Raemon comments on Mark Xu’s Shortform

Raemon 10 Oct 2024 19:19 UTC
LW: 9 AF: 6
1
AF
I think two major cruxes for me here are:
- is it actually tractable to affect Deepmind’s culture and organizational decisionmaking
- how close to the threshold is Anthropic for having a good enough safety culture?
My current best guess is that Anthropic is still under the threshold for good enough safety culture (despite seeming better than I expected in a number of ways), and meanwhile that Deepmind is just too intractably far gone.
I think people should be hesitant to work at any scaling lab, but, I think Anthropic might be possible to make “the one actually good scaling lab”, and I don’t currently expect that to be tractable at Deepmind and I think “having at least one” seems good for the world (although it’s a bit hard for me to articulate why at the moment)
I am interested in hearing details about Deepmind that anyone thinks should change my mind about this.

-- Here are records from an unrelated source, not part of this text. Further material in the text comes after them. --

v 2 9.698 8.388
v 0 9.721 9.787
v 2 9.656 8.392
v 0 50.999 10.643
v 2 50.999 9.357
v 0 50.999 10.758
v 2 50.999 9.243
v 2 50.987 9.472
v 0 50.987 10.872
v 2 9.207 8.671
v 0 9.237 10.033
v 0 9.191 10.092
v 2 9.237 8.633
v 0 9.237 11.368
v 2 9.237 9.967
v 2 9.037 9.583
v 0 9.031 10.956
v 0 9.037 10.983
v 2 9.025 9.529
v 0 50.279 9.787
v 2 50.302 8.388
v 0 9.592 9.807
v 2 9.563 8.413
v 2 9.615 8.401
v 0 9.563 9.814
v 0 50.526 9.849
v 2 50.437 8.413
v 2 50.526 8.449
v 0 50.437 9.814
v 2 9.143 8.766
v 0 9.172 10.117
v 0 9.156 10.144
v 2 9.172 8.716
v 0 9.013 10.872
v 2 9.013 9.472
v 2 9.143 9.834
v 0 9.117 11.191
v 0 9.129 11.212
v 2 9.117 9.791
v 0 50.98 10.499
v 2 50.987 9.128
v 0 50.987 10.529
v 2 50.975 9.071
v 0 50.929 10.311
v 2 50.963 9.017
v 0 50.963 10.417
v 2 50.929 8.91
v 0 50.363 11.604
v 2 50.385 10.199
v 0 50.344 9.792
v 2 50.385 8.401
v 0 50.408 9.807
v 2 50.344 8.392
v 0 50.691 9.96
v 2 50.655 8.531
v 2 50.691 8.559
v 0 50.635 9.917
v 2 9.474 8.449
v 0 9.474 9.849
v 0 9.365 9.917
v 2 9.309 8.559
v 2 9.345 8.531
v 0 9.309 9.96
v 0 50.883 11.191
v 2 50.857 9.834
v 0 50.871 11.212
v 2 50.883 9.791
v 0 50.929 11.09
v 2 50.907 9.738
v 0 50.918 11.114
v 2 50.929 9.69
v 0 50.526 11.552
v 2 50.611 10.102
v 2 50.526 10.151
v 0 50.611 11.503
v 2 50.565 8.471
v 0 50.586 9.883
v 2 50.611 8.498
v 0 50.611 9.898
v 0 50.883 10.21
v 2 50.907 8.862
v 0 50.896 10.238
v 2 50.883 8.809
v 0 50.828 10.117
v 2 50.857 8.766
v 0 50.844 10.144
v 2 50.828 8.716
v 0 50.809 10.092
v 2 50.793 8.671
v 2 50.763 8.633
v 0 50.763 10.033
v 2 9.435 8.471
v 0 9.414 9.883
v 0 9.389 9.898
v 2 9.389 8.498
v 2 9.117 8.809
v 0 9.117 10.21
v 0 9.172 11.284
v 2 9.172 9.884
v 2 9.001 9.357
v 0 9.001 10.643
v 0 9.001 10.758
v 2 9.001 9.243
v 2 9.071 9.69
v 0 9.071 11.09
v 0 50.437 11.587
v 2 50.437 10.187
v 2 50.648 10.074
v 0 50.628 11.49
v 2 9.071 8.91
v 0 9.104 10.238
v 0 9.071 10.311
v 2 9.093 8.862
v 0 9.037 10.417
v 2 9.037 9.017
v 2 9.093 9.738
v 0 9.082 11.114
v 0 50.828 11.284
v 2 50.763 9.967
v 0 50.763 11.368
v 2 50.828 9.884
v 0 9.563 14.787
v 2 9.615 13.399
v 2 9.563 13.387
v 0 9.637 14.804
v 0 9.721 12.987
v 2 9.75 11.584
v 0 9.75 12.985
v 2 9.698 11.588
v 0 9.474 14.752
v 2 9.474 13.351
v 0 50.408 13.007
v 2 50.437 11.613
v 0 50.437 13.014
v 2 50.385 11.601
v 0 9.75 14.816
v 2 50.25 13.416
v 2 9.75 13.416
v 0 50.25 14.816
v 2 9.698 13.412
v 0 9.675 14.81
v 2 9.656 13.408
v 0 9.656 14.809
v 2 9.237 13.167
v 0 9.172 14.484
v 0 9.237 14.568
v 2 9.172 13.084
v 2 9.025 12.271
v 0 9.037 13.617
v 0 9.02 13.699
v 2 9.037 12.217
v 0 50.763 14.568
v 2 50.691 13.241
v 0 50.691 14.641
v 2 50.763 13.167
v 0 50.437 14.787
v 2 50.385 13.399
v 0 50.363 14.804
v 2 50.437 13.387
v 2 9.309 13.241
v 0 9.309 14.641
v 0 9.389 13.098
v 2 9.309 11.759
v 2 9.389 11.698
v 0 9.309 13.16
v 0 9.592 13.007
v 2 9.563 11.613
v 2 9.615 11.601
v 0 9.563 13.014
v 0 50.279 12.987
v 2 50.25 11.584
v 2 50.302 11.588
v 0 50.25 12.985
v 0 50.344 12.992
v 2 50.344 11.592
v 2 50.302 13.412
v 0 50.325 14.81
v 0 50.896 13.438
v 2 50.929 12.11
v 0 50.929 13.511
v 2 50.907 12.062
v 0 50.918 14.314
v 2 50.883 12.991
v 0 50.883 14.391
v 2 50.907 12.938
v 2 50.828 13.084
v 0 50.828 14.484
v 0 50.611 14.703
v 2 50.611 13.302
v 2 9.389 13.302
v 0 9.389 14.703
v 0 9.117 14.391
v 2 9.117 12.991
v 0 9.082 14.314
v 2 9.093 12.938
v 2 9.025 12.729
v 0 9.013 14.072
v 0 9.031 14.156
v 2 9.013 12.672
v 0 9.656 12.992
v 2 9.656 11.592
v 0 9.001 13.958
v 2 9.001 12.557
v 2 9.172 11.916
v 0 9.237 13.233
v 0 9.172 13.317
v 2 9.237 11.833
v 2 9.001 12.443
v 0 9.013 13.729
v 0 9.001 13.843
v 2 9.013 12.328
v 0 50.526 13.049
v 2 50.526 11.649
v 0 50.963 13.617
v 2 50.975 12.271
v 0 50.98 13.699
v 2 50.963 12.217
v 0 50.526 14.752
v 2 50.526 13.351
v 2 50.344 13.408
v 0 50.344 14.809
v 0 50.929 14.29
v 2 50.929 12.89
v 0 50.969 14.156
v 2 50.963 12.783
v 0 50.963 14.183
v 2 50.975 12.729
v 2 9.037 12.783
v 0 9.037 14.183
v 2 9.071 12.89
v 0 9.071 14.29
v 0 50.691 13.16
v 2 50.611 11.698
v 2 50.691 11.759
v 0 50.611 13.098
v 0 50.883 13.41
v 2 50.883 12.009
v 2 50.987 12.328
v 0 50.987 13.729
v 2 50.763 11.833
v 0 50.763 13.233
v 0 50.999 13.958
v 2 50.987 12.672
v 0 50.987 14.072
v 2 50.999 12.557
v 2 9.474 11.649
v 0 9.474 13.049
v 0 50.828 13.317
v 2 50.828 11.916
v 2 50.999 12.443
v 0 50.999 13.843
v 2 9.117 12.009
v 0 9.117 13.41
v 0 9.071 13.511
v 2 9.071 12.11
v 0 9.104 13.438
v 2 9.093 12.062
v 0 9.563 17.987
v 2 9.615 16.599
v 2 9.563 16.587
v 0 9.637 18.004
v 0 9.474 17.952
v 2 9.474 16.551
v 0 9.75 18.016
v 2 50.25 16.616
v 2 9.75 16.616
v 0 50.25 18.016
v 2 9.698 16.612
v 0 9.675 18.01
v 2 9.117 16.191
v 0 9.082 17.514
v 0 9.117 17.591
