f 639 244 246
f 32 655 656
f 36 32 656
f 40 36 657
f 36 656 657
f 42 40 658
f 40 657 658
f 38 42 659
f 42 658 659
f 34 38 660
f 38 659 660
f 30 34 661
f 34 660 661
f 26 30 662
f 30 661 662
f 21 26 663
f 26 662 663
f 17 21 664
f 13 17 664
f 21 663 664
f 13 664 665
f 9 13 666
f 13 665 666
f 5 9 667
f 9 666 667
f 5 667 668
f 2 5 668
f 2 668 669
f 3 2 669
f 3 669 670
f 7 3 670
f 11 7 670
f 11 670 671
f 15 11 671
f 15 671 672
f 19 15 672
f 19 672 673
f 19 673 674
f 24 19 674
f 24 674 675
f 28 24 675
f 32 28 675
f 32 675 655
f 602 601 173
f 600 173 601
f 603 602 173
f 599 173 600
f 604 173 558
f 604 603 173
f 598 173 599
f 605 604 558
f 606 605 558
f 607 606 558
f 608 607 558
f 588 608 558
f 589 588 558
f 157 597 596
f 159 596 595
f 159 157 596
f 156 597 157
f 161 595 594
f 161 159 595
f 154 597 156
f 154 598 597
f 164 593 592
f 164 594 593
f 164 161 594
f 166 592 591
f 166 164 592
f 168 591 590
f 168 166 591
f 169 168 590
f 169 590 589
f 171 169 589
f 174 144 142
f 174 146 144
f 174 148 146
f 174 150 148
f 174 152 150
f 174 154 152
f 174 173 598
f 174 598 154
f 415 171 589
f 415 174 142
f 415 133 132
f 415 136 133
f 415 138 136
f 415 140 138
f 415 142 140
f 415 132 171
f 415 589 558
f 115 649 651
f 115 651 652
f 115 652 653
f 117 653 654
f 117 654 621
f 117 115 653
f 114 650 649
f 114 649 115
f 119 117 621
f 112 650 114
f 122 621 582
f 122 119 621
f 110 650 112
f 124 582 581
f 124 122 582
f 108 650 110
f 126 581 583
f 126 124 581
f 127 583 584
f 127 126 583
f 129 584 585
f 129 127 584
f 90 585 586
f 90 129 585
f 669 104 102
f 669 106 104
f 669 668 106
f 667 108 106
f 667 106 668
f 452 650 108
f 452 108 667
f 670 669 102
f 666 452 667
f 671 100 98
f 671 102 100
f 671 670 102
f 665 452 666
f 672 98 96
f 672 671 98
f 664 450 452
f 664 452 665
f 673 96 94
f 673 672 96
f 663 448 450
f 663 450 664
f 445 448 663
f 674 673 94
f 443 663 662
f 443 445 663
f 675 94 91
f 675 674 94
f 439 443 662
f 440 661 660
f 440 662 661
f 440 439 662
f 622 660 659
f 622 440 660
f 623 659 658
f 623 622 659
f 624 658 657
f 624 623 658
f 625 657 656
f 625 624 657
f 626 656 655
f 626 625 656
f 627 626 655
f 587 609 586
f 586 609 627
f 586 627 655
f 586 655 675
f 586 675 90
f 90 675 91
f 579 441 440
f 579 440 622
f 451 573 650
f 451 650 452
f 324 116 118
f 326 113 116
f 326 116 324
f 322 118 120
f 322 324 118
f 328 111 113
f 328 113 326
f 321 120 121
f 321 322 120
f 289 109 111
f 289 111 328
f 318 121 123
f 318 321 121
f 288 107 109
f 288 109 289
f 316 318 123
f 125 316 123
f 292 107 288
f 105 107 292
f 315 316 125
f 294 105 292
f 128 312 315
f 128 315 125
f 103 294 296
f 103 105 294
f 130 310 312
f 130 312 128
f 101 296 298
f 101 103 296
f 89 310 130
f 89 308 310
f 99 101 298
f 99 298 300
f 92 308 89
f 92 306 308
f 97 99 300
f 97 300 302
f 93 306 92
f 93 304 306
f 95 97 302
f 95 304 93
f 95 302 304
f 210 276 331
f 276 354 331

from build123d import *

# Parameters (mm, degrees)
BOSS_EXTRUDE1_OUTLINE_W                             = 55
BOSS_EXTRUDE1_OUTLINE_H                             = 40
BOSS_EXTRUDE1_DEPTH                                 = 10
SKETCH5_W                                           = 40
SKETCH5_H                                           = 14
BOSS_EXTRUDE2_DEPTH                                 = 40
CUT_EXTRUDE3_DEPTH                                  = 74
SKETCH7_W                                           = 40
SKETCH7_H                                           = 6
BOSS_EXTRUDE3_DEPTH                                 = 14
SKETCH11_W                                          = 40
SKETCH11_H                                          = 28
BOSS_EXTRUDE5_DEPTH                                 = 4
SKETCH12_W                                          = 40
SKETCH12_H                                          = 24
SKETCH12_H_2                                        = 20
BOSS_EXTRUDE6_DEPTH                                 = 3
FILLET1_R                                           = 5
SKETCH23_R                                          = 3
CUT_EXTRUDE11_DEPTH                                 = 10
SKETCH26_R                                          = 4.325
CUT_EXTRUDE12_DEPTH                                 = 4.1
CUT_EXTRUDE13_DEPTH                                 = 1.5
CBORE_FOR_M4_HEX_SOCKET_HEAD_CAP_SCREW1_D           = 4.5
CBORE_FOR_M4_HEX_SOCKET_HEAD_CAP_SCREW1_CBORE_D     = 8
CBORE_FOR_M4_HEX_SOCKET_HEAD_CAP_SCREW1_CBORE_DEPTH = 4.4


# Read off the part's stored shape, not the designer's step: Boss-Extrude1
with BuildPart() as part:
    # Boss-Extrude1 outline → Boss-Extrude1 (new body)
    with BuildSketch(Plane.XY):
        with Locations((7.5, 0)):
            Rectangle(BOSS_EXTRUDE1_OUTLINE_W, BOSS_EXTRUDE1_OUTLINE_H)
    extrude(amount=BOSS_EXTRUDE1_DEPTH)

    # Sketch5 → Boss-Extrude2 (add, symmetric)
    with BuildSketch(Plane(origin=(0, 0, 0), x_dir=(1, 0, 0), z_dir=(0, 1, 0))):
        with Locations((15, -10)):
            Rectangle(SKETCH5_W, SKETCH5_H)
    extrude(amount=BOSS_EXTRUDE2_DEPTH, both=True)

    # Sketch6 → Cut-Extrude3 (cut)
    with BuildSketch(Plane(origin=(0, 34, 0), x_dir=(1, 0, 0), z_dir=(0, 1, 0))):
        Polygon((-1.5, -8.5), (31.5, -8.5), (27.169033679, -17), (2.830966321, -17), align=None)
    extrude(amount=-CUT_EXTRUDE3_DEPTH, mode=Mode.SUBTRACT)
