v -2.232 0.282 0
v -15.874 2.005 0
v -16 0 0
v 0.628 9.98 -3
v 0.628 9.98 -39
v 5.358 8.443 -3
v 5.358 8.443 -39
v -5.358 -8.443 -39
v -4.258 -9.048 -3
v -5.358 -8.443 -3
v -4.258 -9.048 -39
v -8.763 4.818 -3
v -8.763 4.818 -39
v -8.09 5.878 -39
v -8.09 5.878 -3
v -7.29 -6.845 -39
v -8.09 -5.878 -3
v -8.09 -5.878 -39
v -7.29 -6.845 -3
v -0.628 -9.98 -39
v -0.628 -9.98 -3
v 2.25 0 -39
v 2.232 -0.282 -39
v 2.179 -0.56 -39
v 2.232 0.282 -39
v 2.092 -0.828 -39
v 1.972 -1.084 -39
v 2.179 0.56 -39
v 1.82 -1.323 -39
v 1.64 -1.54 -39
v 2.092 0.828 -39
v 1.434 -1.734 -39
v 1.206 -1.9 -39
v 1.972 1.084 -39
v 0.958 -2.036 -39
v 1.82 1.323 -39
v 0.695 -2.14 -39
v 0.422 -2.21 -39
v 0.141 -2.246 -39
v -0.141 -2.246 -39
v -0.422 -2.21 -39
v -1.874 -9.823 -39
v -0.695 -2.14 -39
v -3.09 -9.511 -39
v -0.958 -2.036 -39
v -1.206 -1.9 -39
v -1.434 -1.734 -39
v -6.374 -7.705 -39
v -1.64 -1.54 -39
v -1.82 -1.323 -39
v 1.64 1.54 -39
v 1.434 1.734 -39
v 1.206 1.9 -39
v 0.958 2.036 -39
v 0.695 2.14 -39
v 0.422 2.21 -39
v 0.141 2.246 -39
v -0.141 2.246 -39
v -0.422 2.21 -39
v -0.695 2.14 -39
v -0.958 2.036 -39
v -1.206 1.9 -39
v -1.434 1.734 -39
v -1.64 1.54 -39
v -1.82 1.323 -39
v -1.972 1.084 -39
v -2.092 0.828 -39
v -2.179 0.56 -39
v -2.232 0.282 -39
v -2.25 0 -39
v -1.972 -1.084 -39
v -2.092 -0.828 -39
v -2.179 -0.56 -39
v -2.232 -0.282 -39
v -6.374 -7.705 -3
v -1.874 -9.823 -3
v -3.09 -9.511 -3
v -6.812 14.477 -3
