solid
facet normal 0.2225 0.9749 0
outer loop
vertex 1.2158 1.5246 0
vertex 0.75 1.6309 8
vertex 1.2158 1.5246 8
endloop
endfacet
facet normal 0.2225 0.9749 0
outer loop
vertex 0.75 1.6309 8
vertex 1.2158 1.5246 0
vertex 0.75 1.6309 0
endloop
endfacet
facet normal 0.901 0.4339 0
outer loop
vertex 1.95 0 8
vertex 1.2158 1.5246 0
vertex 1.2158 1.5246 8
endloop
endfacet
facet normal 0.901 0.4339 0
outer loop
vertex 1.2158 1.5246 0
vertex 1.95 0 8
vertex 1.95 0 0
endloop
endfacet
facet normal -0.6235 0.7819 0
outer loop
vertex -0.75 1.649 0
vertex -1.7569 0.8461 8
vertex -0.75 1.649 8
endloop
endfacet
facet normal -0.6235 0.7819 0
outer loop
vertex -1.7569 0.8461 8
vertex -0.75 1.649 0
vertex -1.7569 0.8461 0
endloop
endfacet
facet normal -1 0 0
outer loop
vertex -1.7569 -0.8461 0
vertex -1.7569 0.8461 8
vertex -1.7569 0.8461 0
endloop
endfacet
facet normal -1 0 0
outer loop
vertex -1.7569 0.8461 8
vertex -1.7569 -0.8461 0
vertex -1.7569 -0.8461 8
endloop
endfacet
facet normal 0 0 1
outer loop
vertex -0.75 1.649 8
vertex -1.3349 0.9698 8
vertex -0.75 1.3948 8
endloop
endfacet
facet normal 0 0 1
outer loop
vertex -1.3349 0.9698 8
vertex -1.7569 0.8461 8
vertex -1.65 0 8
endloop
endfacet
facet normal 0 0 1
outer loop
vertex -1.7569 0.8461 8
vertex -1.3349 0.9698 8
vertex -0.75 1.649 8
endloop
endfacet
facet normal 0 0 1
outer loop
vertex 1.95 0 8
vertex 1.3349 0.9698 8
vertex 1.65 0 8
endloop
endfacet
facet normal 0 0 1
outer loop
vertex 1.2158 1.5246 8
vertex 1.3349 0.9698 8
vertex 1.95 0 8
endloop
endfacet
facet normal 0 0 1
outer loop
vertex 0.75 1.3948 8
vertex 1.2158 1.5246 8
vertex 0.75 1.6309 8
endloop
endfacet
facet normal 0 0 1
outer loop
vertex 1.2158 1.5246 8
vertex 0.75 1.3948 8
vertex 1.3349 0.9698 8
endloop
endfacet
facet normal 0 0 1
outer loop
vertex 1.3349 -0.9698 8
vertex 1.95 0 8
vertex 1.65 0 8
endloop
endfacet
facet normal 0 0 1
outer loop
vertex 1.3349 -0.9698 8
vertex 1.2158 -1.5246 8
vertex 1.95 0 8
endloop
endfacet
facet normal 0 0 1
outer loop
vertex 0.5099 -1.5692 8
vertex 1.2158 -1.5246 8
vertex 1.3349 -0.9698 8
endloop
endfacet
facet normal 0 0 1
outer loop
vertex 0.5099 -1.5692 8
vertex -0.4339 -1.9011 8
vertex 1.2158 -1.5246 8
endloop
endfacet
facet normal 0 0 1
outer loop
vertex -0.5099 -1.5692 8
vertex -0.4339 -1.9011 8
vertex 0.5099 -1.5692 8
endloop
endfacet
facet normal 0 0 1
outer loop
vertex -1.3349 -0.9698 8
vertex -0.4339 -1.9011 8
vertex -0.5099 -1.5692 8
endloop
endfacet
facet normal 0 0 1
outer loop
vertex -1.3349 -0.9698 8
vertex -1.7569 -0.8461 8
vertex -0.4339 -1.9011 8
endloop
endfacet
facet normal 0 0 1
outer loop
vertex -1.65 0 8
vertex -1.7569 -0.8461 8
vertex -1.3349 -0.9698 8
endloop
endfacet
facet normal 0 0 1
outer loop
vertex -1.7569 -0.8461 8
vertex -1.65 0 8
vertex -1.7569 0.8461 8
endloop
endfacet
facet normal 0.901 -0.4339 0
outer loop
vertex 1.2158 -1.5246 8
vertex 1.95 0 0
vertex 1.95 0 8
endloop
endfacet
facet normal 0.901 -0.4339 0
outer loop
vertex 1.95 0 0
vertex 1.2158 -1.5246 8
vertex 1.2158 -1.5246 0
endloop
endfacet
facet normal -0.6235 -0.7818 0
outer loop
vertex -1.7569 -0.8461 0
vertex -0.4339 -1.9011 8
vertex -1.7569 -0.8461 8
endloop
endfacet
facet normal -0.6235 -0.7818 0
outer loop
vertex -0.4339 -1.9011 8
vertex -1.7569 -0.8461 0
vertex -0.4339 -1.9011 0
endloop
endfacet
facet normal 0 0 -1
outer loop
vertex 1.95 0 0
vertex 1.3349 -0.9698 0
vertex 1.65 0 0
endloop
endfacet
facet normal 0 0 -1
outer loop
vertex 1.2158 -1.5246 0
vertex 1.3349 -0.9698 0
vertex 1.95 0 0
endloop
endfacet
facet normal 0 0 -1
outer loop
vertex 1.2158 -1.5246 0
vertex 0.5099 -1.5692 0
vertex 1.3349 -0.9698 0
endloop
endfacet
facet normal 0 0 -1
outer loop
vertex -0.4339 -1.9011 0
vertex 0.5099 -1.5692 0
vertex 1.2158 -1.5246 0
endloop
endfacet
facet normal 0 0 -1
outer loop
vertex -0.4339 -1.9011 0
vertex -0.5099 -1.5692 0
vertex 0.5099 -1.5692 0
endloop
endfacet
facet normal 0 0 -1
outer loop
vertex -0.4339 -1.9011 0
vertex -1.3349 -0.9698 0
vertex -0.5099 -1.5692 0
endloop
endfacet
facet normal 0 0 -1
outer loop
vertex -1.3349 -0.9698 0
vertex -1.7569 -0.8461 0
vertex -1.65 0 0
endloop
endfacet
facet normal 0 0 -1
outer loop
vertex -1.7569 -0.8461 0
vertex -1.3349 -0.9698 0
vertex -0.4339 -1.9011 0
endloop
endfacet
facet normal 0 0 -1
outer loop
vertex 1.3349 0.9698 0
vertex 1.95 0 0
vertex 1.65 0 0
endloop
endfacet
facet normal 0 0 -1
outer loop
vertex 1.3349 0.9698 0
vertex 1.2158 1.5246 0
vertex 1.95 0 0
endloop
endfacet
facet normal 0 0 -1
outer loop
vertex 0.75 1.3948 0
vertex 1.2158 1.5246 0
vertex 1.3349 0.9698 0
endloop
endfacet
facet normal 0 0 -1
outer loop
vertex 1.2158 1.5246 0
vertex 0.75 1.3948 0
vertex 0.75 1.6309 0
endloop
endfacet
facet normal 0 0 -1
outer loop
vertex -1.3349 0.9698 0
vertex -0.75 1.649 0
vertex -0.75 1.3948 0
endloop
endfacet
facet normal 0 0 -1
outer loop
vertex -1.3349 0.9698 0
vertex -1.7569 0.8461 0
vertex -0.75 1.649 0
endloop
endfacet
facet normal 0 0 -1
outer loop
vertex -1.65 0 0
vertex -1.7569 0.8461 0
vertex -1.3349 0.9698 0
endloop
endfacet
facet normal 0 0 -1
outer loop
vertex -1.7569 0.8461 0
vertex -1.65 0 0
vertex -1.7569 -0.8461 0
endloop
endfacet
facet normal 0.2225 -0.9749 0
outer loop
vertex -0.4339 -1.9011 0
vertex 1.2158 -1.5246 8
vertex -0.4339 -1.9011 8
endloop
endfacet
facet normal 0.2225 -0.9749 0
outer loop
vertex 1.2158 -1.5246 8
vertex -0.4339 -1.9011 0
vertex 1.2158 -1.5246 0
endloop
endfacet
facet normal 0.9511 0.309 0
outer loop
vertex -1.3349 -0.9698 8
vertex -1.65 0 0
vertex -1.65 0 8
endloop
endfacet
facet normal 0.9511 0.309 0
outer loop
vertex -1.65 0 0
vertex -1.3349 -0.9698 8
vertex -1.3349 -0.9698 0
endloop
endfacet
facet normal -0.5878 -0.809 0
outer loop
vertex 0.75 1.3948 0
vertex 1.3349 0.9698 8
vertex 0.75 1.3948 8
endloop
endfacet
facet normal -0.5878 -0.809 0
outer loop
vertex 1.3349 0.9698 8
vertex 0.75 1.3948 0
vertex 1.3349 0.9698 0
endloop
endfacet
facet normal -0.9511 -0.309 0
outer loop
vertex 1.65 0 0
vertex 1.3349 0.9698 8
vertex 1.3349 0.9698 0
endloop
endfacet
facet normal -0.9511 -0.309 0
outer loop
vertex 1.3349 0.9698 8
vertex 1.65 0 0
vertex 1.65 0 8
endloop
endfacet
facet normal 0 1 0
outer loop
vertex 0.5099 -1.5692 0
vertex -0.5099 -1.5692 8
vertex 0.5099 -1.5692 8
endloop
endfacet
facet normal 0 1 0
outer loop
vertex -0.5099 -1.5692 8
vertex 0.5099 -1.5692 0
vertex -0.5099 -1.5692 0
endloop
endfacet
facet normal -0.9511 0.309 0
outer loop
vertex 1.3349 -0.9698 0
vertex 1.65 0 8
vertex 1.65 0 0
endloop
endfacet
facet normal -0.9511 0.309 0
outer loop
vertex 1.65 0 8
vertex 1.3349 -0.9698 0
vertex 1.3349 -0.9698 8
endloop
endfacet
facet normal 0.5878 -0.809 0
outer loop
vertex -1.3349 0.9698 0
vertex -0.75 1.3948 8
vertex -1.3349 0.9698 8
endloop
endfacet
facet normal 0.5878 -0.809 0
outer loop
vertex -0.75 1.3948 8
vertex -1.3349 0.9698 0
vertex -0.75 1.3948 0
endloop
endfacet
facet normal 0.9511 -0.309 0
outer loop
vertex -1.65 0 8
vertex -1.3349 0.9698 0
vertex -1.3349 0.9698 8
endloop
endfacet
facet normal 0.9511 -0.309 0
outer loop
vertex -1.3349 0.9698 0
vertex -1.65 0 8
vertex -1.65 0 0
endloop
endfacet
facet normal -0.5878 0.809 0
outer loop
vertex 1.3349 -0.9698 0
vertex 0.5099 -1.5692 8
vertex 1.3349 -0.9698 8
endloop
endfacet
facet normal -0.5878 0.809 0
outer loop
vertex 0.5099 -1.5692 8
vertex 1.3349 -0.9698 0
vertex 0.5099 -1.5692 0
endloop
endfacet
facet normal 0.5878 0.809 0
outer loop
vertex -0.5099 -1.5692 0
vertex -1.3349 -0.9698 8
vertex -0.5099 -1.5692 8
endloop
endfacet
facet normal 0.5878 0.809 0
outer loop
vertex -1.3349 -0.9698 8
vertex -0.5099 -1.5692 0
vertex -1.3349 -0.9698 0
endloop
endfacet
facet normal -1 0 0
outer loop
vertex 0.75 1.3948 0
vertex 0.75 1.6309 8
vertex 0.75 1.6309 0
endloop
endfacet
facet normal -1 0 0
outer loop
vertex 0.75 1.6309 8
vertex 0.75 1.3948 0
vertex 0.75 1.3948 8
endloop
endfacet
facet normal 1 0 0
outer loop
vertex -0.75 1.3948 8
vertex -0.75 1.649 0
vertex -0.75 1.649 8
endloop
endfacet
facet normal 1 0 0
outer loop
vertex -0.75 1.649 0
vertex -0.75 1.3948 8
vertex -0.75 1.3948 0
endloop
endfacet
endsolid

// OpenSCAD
//module motor_mount () {
//    difference() {
//        // The $fn = 100 makes it circular, getting rid of it will make it hexagonal
//        translate([0, 0, -1]) {
//            cylinder(8, 2.15, 2.15); 
//        }
//        cylinder(20, 1.95, 1.95, center = true);
//        translate([-0.75, 0, -1]) {
//            cube([1.5, 10, 20]);
//        }   
//    }
//}
//
//
//// This is the box
//module hollow_enclosure () {
//    translate([0,0,4]) {
//        difference() {
//            // This is the outer layer of the box, length and width of 15 cm
//            cube([15, 15, 11], center = true);
//            translate ([0,0,1]) {
//                // This is the inner box that we subtract
//                cube([14.5, 14.5, 12], center = true);
//                }
//            
//        
//           translate ([-4,7,-3.5]) {
//                        // This is the small cube we get rid of to make the hole for power
//                        cube([3, 8, 3], center = true);
//            }
//       }
//    }
//}
//
//difference() {
//    difference(){
//        hollow_enclosure();
//        translate([0,0,0.5]) {
//            cylinder(5, 0.8, 1.65, center = true, $fn = 100);
//            }
//        }
//    translate([0,0,6]) {
//        cylinder(5, 1.4, 1.65, center = true, $fn = 100 );
//    }
//    }
//motor_mount();

difference(){
    cylinder(8, 1.95, 1.95, $fn = 7);
    translate([0,0,-1]){
        cylinder(20, 1.65, 1.65, $fn = 10);
    }
    translate([-0.75, 0, -1]) {
        cube([1.5, 10, 20]);
    }   
}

This viewpoint is based on having spent at least 10s of hours trying to learn and about influence both org’s culture, at various times.
In both cases, I don’t get the sense that people at the orgs really have a visceral sense that “decisionmaking processes can be fake”, I think they will be fake by default and the org is better modeled as following general incentives, and DeepMind has too many moving people and moving parts at a low enough density that it doesn’t seem possible to fix. For me to change my mind about this, I would need to someone there to look me in the eye and explain that they do have a visceral sense of how organizational decisionmaking processes can be fake, and why they nonetheless think DeepMind is tractable to fix. I assume it’s hard for @Rohin Shah and @Neel Nanda can’t really say anything publicly that’s capable of changing my mind for various confidentiality and political reasons, but, like, that’s my crux.
(conving me in more general terms “Ray, you’re too pessimistic about org culture” would hypothetically somehow work, but, you have a lot of work to do given how thoroughly those pessimistic predictions came true about OpenAi)
I think Anthropic also has this problem, but the threshold of almost-aligned-leadership and actually-pretty-aligned people that it feels at least possible to me for the to fix it. The main things that would persuade me that they are over the critical threshold is if they publicly spent social capital on clearly spelling out why the x-risk problem is hard, and made explicit plans to not merely pause for a bit when they hit an RSP threshold, but (at least in some circumstances) advocate strongly for global government shutdown for like 20+ years.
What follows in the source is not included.